Despite having been available for decades, target benefit plans (TBPs) will continue to be resisted by federally regulated employers unless a legal flaw is fixed, according to a report.

The C.D. Howe Institute report, Target Benefit Plans: Improving Access for Federally Regulated Employees, finds that TBPs are rarely adopted by federally regulated private sector employers because federal pension law casts doubt over the ability of employers to limit their financial exposure, a key attribute of TBPs for employers.

“The essential goals of a pension system—namely, to provide adequate retirement income security, to ensure fiscal sustainability, and to maintain or improve workforce productivity—can be achieved by taking steps to better accommodate TBPs,” says author Randy Bauslaugh, leader of McCarthy Tétrault’s national pensions, benefits and executive compensation practice.

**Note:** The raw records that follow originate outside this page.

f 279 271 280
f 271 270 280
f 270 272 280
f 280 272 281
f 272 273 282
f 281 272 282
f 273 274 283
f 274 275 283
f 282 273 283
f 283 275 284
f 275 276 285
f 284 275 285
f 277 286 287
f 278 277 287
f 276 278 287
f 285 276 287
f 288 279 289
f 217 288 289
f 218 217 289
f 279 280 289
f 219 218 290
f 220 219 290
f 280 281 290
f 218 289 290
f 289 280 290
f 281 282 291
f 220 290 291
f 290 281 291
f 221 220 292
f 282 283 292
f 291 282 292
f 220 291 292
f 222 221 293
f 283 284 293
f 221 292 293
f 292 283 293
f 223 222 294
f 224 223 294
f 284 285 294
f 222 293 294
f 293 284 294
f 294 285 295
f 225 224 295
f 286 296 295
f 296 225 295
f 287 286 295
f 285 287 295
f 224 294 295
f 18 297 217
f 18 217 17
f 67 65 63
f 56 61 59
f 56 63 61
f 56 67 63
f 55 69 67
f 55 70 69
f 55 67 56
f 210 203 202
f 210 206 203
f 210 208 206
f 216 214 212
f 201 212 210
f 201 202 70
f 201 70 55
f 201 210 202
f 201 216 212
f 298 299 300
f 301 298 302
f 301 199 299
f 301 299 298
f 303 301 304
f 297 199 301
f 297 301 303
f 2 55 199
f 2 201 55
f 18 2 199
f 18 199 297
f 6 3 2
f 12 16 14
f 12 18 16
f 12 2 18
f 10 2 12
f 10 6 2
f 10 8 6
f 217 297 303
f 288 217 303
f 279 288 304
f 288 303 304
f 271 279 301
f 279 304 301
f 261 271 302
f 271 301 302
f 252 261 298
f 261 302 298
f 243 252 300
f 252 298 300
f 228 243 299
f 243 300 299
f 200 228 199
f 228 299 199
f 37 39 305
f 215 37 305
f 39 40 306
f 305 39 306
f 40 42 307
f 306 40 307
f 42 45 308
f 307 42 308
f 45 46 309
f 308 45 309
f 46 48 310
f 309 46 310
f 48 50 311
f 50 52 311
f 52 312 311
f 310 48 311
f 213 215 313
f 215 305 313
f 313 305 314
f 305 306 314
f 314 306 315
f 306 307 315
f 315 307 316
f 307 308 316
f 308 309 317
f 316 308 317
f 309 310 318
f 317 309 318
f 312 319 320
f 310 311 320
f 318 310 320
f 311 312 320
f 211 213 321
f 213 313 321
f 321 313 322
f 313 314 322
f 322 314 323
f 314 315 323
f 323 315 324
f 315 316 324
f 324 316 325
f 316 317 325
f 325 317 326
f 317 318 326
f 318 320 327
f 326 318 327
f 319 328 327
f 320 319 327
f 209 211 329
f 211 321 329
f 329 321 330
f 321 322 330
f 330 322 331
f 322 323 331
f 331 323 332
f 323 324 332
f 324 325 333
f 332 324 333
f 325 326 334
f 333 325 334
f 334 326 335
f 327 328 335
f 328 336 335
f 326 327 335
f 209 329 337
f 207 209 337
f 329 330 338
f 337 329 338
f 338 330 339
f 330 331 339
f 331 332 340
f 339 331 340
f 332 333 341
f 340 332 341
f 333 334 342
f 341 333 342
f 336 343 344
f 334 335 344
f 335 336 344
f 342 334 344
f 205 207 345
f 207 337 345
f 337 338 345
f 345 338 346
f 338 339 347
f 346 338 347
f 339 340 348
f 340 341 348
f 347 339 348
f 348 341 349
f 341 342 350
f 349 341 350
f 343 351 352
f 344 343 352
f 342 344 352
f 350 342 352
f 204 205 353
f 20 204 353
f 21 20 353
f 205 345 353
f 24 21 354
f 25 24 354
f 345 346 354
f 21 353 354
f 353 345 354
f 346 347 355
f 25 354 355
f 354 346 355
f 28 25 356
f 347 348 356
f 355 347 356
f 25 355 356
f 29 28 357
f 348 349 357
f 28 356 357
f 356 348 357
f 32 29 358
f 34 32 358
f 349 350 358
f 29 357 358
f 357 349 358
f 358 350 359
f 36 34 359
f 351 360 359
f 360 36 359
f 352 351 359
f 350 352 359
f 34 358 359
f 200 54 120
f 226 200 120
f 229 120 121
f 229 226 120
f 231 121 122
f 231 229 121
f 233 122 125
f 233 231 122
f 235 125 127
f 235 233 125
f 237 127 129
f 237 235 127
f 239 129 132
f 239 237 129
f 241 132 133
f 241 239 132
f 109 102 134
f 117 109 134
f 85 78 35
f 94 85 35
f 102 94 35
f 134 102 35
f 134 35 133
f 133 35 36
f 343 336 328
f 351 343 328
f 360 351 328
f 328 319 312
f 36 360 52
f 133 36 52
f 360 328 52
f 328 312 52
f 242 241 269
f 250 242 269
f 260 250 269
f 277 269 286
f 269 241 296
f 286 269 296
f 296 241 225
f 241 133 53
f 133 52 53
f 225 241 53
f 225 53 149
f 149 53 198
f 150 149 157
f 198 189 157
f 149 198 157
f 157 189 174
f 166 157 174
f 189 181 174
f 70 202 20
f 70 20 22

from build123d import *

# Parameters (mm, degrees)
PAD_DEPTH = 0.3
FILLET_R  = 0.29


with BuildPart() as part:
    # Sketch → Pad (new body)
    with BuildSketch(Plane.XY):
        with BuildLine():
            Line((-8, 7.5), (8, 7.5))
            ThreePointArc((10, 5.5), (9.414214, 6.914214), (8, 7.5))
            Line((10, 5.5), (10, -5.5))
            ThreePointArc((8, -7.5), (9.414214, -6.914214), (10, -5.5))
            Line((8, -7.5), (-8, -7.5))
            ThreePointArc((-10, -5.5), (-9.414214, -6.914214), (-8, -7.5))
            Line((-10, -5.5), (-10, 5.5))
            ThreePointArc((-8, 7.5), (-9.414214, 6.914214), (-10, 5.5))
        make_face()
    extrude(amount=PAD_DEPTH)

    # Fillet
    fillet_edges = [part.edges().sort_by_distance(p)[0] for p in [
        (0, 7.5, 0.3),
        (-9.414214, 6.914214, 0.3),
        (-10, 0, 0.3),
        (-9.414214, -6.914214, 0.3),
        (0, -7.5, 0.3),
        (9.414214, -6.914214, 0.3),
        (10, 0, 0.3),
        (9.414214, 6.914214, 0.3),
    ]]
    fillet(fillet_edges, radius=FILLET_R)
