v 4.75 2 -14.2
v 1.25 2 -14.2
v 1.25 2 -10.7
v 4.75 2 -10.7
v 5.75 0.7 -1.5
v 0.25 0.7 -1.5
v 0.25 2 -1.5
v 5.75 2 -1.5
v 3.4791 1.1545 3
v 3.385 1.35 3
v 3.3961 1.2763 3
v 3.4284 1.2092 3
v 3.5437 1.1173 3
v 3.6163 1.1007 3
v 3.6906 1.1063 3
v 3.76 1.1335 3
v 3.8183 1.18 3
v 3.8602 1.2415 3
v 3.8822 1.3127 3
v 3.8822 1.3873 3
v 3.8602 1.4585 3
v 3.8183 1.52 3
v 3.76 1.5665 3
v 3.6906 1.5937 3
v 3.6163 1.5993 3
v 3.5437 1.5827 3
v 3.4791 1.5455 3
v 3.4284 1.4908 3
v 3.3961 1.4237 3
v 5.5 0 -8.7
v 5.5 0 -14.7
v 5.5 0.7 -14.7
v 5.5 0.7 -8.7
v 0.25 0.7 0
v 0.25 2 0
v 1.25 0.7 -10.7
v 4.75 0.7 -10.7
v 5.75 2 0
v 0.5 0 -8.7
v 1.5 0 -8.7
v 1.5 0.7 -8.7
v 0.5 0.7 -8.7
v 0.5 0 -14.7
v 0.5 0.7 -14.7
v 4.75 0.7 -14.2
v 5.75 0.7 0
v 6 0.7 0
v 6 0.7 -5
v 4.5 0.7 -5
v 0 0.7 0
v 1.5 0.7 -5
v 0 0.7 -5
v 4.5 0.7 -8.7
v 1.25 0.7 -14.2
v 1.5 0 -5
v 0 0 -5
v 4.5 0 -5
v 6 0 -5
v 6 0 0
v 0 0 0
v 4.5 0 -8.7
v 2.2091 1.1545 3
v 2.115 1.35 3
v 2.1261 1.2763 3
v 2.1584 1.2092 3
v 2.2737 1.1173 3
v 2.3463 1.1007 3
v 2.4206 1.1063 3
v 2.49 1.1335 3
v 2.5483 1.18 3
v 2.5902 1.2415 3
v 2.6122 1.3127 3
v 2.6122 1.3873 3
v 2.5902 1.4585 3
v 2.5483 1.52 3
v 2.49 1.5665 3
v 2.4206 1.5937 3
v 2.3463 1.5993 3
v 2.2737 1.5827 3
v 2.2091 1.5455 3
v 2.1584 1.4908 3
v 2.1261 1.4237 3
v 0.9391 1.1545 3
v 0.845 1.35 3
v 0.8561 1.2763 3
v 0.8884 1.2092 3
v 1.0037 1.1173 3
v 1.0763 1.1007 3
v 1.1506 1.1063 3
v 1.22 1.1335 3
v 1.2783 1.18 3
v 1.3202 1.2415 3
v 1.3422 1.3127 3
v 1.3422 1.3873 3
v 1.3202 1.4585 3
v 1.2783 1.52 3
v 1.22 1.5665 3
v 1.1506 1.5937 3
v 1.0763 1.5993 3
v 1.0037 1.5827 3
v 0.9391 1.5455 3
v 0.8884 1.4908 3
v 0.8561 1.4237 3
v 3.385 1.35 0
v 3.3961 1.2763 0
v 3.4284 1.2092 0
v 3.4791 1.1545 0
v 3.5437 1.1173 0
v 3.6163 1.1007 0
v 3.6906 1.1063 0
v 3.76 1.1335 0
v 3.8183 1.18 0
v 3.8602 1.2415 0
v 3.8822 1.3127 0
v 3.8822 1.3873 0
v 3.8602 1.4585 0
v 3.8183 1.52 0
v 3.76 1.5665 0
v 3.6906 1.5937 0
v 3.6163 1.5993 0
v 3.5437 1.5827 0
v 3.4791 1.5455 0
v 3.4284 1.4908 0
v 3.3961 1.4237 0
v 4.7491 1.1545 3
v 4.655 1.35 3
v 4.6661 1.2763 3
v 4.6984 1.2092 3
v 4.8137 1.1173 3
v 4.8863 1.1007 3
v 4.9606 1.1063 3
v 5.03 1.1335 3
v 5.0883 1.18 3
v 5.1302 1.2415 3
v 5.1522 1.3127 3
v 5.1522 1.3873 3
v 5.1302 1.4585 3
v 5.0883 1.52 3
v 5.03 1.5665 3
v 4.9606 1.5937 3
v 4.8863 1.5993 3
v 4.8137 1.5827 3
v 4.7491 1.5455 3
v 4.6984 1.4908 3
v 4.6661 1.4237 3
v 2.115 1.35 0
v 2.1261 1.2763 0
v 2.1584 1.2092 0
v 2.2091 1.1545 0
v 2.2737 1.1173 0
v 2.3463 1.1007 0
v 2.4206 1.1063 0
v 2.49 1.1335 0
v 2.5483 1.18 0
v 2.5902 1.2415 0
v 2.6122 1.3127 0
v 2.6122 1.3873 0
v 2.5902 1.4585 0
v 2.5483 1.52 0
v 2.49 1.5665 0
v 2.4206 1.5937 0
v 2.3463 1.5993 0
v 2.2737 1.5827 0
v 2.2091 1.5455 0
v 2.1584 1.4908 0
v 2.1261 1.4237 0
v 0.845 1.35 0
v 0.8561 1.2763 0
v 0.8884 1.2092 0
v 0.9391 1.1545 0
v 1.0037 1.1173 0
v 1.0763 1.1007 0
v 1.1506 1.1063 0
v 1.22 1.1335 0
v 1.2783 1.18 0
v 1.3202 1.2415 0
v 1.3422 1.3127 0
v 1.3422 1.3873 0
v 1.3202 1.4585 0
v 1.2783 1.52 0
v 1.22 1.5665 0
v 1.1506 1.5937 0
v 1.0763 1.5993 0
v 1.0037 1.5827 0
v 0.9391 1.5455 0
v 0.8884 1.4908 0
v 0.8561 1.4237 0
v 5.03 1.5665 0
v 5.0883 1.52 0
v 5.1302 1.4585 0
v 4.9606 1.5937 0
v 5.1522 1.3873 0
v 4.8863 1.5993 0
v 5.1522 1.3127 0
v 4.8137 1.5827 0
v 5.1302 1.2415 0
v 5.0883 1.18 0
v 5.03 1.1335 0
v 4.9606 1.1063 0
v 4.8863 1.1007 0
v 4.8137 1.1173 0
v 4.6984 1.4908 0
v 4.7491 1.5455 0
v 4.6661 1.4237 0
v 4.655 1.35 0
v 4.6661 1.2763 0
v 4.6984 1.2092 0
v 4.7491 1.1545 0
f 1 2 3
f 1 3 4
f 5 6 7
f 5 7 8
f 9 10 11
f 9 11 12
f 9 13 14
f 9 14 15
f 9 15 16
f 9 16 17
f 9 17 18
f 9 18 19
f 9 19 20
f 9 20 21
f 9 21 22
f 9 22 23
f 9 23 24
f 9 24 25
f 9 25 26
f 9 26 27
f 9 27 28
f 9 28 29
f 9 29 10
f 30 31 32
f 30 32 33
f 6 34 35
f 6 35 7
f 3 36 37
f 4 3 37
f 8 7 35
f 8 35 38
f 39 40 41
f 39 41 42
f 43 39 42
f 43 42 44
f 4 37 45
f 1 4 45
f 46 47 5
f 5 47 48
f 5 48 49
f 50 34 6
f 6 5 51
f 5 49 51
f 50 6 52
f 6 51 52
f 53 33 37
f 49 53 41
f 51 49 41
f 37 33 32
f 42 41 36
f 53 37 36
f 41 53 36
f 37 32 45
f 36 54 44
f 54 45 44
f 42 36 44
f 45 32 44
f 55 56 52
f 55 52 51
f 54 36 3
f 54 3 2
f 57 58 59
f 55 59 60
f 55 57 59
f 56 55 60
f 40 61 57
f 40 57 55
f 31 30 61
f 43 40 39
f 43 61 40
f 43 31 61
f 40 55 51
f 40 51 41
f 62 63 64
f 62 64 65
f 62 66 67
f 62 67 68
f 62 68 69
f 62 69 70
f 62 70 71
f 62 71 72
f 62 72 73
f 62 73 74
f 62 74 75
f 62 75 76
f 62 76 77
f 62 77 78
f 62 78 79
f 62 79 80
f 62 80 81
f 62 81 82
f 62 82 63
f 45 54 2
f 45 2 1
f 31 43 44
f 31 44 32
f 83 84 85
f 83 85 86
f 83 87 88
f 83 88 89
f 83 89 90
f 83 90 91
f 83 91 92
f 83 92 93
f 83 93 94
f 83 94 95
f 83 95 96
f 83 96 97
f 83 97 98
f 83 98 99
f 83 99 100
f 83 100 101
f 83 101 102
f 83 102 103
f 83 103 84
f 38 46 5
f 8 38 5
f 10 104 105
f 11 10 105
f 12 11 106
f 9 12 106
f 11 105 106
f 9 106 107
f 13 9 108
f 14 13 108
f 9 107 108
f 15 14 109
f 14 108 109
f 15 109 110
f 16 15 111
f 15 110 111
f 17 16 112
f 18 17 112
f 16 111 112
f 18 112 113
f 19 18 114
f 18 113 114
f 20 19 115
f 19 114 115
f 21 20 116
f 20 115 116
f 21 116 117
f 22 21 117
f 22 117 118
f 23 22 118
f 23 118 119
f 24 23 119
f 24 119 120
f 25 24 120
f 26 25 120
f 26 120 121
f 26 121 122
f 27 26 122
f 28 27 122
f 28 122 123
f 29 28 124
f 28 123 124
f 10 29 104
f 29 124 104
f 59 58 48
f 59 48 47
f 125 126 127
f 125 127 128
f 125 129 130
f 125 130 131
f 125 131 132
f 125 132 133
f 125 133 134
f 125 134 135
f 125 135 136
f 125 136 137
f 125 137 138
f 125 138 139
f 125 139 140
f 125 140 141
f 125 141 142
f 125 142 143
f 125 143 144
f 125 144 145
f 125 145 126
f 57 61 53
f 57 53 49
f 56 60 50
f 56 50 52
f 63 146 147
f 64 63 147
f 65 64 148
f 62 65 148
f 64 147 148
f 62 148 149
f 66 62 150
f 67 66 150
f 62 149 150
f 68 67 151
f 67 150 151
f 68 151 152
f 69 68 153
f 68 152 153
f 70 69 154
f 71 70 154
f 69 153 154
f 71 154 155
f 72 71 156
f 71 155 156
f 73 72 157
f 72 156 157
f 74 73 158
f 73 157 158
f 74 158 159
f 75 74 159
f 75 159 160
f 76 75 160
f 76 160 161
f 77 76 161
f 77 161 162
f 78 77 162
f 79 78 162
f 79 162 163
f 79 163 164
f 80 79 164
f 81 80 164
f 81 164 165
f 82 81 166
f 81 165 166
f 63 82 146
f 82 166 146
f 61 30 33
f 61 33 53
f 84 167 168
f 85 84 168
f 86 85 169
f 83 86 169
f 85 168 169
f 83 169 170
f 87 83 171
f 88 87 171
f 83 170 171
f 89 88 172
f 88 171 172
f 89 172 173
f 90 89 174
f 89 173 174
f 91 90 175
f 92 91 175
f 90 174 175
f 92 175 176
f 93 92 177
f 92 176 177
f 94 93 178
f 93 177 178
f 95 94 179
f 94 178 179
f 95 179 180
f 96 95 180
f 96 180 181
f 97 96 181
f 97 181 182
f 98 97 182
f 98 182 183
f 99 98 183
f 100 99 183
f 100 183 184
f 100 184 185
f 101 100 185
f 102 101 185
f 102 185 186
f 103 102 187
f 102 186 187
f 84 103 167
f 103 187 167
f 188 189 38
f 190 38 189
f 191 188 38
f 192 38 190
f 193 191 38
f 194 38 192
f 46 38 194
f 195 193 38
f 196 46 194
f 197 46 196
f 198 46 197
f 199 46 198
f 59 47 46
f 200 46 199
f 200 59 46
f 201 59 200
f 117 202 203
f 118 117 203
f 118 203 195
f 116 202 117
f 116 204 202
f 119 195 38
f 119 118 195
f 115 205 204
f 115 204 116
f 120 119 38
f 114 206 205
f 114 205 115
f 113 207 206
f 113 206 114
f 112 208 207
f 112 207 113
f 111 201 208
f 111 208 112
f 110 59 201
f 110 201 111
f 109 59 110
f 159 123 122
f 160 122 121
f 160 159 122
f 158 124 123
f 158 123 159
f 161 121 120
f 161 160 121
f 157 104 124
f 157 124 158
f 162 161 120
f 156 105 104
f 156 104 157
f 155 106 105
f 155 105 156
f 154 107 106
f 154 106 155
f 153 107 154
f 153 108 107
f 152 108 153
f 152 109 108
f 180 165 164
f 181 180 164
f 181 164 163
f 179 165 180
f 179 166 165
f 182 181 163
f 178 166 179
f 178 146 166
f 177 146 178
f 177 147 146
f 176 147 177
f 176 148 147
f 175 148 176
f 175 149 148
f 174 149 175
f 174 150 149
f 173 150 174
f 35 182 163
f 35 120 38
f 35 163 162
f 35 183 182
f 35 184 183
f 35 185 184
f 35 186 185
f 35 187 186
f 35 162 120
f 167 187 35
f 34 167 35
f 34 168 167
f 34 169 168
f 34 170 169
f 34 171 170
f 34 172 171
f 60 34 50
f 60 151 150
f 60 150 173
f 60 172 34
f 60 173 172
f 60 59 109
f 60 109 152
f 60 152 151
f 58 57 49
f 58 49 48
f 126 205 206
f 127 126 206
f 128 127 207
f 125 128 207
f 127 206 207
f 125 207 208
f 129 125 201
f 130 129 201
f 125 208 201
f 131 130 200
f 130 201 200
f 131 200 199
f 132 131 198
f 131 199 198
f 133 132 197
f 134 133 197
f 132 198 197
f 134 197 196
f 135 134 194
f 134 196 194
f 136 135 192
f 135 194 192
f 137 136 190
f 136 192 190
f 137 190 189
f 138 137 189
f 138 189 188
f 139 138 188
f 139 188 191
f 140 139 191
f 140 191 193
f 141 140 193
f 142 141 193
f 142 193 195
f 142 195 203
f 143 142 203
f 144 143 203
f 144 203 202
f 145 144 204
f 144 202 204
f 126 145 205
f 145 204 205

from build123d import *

# Parameters (mm, degrees)
BOSS_EXTRUDE1_DEPTH = 0.7
SKETCH2_W           = 3.5
SKETCH2_H           = 3.5
SKETCH2_W_2         = 5.5
SKETCH2_H_2         = 1.5
BOSS_EXTRUDE2_DEPTH = 1.3
SKETCH3_R           = 0.25
BOSS_EXTRUDE3_DEPTH = 3


with BuildPart() as part:
    # Sketch1 → Boss-Extrude1 (new body)
    with BuildSketch(Plane(origin=(0, 0, 0), x_dir=(1, 0, 0), z_dir=(0, 1, 0))):
        Polygon((0, 0), (0, 5), (1.5, 5), (1.5, 8.7), (0.5, 8.7), (0.5, 14.7), (5.5, 14.7), (5.5, 8.7), (4.5, 8.7), (4.5, 5), (6, 5), (6, 0), align=None)
    extrude(amount=BOSS_EXTRUDE1_DEPTH)

    # Sketch2 → Boss-Extrude2 (add)
    with BuildSketch(Plane(origin=(0, 0.7, 0), x_dir=(1, 0, 0), z_dir=(0, 1, 0))):
        with Locations((3, 12.45)):
            Rectangle(SKETCH2_W, SKETCH2_H)
        with Locations((3, 0.75)):
            Rectangle(SKETCH2_W_2, SKETCH2_H_2)
    extrude(amount=BOSS_EXTRUDE2_DEPTH)

    # Sketch3 → Boss-Extrude3 (add)
    with BuildSketch(Plane.XY):
        with Locations(Location((1.095, 1.35, 0), (0, 0, 180))):
            Circle(SKETCH3_R)
        with Locations(Location((2.365, 1.35, 0), (0, 0, 180))):
            Circle(SKETCH3_R)
        with Locations(Location((3.635, 1.35, 0), (0, 0, 180))):
            Circle(SKETCH3_R)
        with Locations(Location((4.905, 1.35, 0), (0, 0, 180))):
            Circle(SKETCH3_R)
    extrude(amount=BOSS_EXTRUDE3_DEPTH)


solid = part.part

He elaborates that these plans promise improved pension outcomes with improved sustainability and also combine many of the advantages of the DB plans currently favoured in the public sector with those of DC plans prevalent in the private sector.

Despite the inherent advantages of TBPs, the report points out that in federally regulated industries, such as banks, airlines and telecommunications, the pension standards regulator has a veto over the plan administrator’s fiduciary decision to reduce benefits.

“Unlike a plan administrator, who has a legal duty to balance employer and employee interests, the federal regulator is legally required to ‘strive’ to protect the interests of plan participants,” states the report.

Benefit reductions are rarely in the interest of plan participants. As a result, there is a significant risk that the federal regulator will not approve a reducing amendment, with the result that an employer could be required to pay more than it bargained for. Unless this fundamental flaw is addressed, federally regulated employers are likely to continue to resist TBPs.

Bauslaugh recommends that, in the context of TBPs, the federal government should:

  • allow the Office of the Superintendent of Financial Institutions to rely on the decision-making of a trust-based fiduciary;
  • provide the superintendent the same even-handed perspective as the administrators he or she supervises; and
  • consider modifying solvency rules to prescribe mandatory testing but leave the manner of addressing solvency concerns to the discretion of trust-based fiduciaries.

The report concludes that as long as the superintendent has the ability to second-guess trust-based fiduciaries and ignore contractual or trust-based limits on funding, the reality is that TBPs will continue to be avoided by federally regulated employers.

“The repairs required to make what is already a tantalizing landscape a reality are easy to make—and certainly within reach,” says Bauslaugh.